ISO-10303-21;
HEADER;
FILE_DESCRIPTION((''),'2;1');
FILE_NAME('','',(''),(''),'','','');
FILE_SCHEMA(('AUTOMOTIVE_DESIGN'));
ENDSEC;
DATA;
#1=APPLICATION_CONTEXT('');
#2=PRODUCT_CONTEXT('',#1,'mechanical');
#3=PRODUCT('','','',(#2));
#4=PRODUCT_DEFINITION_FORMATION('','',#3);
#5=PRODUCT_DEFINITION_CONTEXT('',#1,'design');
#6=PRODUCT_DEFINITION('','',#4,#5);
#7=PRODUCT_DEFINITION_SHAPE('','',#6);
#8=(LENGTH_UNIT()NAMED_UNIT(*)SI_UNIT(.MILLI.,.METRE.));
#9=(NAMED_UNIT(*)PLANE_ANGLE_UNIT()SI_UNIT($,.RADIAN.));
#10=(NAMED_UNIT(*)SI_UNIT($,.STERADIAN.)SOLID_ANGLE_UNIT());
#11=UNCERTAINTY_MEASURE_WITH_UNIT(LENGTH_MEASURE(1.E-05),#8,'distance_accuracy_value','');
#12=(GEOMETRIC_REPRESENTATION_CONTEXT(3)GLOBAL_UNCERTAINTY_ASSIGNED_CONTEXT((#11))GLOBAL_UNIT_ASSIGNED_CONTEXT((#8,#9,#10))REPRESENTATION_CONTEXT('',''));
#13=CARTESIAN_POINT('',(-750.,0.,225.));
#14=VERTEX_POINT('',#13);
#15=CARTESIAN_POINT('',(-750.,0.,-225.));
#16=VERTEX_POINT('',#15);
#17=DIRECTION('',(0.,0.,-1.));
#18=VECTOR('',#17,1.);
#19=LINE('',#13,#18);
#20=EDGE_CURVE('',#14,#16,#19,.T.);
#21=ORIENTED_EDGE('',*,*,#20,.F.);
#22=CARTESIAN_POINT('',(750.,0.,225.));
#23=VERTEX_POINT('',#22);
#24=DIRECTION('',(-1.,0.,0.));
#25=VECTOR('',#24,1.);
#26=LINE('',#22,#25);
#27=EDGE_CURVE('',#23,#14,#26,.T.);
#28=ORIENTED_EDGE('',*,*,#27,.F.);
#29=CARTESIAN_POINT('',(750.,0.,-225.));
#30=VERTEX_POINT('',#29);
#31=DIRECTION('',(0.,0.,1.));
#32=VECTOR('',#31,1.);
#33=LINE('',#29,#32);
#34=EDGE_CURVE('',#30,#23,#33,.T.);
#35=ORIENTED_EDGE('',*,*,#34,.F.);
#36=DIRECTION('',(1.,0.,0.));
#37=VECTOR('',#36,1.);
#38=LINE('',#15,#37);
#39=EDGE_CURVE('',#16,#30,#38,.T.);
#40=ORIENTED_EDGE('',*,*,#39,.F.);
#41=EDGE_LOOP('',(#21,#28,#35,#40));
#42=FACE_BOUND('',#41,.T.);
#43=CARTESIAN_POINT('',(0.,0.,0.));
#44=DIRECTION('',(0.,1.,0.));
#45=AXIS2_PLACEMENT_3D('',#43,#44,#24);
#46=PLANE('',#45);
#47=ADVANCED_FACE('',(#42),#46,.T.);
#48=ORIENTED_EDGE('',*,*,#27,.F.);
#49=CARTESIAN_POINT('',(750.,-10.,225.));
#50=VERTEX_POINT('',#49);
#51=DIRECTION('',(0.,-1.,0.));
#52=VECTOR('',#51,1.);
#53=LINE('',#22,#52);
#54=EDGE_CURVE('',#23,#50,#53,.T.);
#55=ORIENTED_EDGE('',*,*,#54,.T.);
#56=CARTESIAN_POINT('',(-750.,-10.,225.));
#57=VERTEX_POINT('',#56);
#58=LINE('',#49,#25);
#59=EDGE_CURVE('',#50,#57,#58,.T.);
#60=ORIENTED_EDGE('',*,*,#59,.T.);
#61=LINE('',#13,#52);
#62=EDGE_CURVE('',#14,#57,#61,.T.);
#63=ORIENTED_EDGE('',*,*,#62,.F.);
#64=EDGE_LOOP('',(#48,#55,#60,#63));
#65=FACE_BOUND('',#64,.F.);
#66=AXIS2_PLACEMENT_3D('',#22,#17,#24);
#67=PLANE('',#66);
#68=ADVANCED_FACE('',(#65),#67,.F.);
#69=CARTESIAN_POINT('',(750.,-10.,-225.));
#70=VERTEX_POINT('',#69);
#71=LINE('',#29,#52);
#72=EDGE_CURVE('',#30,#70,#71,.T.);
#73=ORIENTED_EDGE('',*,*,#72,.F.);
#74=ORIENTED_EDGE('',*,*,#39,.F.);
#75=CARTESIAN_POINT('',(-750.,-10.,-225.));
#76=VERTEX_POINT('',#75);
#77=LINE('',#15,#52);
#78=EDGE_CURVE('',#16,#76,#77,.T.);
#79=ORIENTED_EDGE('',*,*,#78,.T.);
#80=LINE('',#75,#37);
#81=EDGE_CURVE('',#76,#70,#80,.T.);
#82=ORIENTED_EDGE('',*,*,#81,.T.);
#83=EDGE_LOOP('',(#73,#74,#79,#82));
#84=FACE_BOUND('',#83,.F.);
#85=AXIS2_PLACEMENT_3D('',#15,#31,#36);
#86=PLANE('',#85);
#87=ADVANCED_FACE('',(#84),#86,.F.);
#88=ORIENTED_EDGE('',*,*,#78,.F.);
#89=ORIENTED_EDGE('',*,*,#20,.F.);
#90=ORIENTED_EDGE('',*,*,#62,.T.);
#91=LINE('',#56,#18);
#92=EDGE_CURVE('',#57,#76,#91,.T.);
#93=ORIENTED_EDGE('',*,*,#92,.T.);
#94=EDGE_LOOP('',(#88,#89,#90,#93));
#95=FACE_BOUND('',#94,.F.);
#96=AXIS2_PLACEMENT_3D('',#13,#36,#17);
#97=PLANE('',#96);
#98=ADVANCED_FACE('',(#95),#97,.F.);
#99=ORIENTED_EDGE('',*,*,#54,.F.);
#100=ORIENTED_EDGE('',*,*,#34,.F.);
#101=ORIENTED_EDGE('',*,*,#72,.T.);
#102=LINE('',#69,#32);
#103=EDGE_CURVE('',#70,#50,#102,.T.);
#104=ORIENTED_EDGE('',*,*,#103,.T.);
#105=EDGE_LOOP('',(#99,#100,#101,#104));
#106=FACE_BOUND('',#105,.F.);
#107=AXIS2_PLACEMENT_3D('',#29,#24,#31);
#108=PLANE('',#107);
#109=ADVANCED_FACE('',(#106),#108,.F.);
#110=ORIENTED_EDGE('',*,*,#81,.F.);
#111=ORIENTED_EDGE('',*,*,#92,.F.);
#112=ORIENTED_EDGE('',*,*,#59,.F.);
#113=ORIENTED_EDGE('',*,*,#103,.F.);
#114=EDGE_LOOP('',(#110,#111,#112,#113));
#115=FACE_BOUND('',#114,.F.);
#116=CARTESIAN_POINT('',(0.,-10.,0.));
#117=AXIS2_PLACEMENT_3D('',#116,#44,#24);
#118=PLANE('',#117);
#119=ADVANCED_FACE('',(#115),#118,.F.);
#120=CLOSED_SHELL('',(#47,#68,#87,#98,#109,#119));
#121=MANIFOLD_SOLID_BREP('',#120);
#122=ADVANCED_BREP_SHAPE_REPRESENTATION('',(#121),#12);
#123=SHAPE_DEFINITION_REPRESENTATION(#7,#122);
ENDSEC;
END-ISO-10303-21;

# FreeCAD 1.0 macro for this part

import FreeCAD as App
import Part
import Sketcher


def add_polygon(sketch, points):
    """Adds a closed chain of lines whose ends are joined by coincident constraints."""
    first, n = sketch.GeometryCount, len(points)
    for a, b in zip(points, points[1:] + points[:1]):
        sketch.addGeometry(Part.LineSegment(App.Vector(*a, 0), App.Vector(*b, 0)), False)
    for i in range(n):
        sketch.addConstraint(Sketcher.Constraint("Coincident", first + i, 2, first + (i + 1) % n, 1))

doc = App.newDocument("Part")
body = doc.addObject("PartDesign::Body", "Body")

sketch1 = doc.addObject("Sketcher::SketchObject", "Sketch")
body.addObject(sketch1)
sketch1.AttachmentSupport = (doc.XZ_Plane, [""])
sketch1.MapMode = "FlatFace"
add_polygon(sketch1, [(750, -225), (-750, -225), (-750, 225), (750, 225)])
sketch1.addConstraint(Sketcher.Constraint("Horizontal", 0))
sketch1.addConstraint(Sketcher.Constraint("Vertical", 1))
sketch1.addConstraint(Sketcher.Constraint("Horizontal", 2))
sketch1.addConstraint(Sketcher.Constraint("Vertical", 3))
sketch1.addConstraint(Sketcher.Constraint("Symmetric", 0, 2, 2, 2, -1, 1))
sketch1.addConstraint(Sketcher.Constraint("DistanceX", 0, 2, 0, 1, 1500.0))
sketch1.addConstraint(Sketcher.Constraint("DistanceY", 1, 1, 1, 2, 450.0))
pad1 = doc.addObject("PartDesign::Pad", "Pad")
body.addObject(pad1)
pad1.Profile = sketch1
pad1.Length = 10

doc.recompute()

# Work instructions:
Return exactly the opening lines of the listing above, ending with the line that has "#19=LINE('',#13,#18);".

# Your response:
ISO-10303-21;
HEADER;
FILE_DESCRIPTION((''),'2;1');
FILE_NAME('','',(''),(''),'','','');
FILE_SCHEMA(('AUTOMOTIVE_DESIGN'));
ENDSEC;
DATA;
#1=APPLICATION_CONTEXT('');
#2=PRODUCT_CONTEXT('',#1,'mechanical');
#3=PRODUCT('','','',(#2));
#4=PRODUCT_DEFINITION_FORMATION('','',#3);
#5=PRODUCT_DEFINITION_CONTEXT('',#1,'design');
#6=PRODUCT_DEFINITION('','',#4,#5);
#7=PRODUCT_DEFINITION_SHAPE('','',#6);
#8=(LENGTH_UNIT()NAMED_UNIT(*)SI_UNIT(.MILLI.,.METRE.));
#9=(NAMED_UNIT(*)PLANE_ANGLE_UNIT()SI_UNIT($,.RADIAN.));
#10=(NAMED_UNIT(*)SI_UNIT($,.STERADIAN.)SOLID_ANGLE_UNIT());
#11=UNCERTAINTY_MEASURE_WITH_UNIT(LENGTH_MEASURE(1.E-05),#8,'distance_accuracy_value','');
#12=(GEOMETRIC_REPRESENTATION_CONTEXT(3)GLOBAL_UNCERTAINTY_ASSIGNED_CONTEXT((#11))GLOBAL_UNIT_ASSIGNED_CONTEXT((#8,#9,#10))REPRESENTATION_CONTEXT('',''));
#13=CARTESIAN_POINT('',(-750.,0.,225.));
#14=VERTEX_POINT('',#13);
#15=CARTESIAN_POINT('',(-750.,0.,-225.));
#16=VERTEX_POINT('',#15);
#17=DIRECTION('',(0.,0.,-1.));
#18=VECTOR('',#17,1.);
#19=LINE('',#13,#18);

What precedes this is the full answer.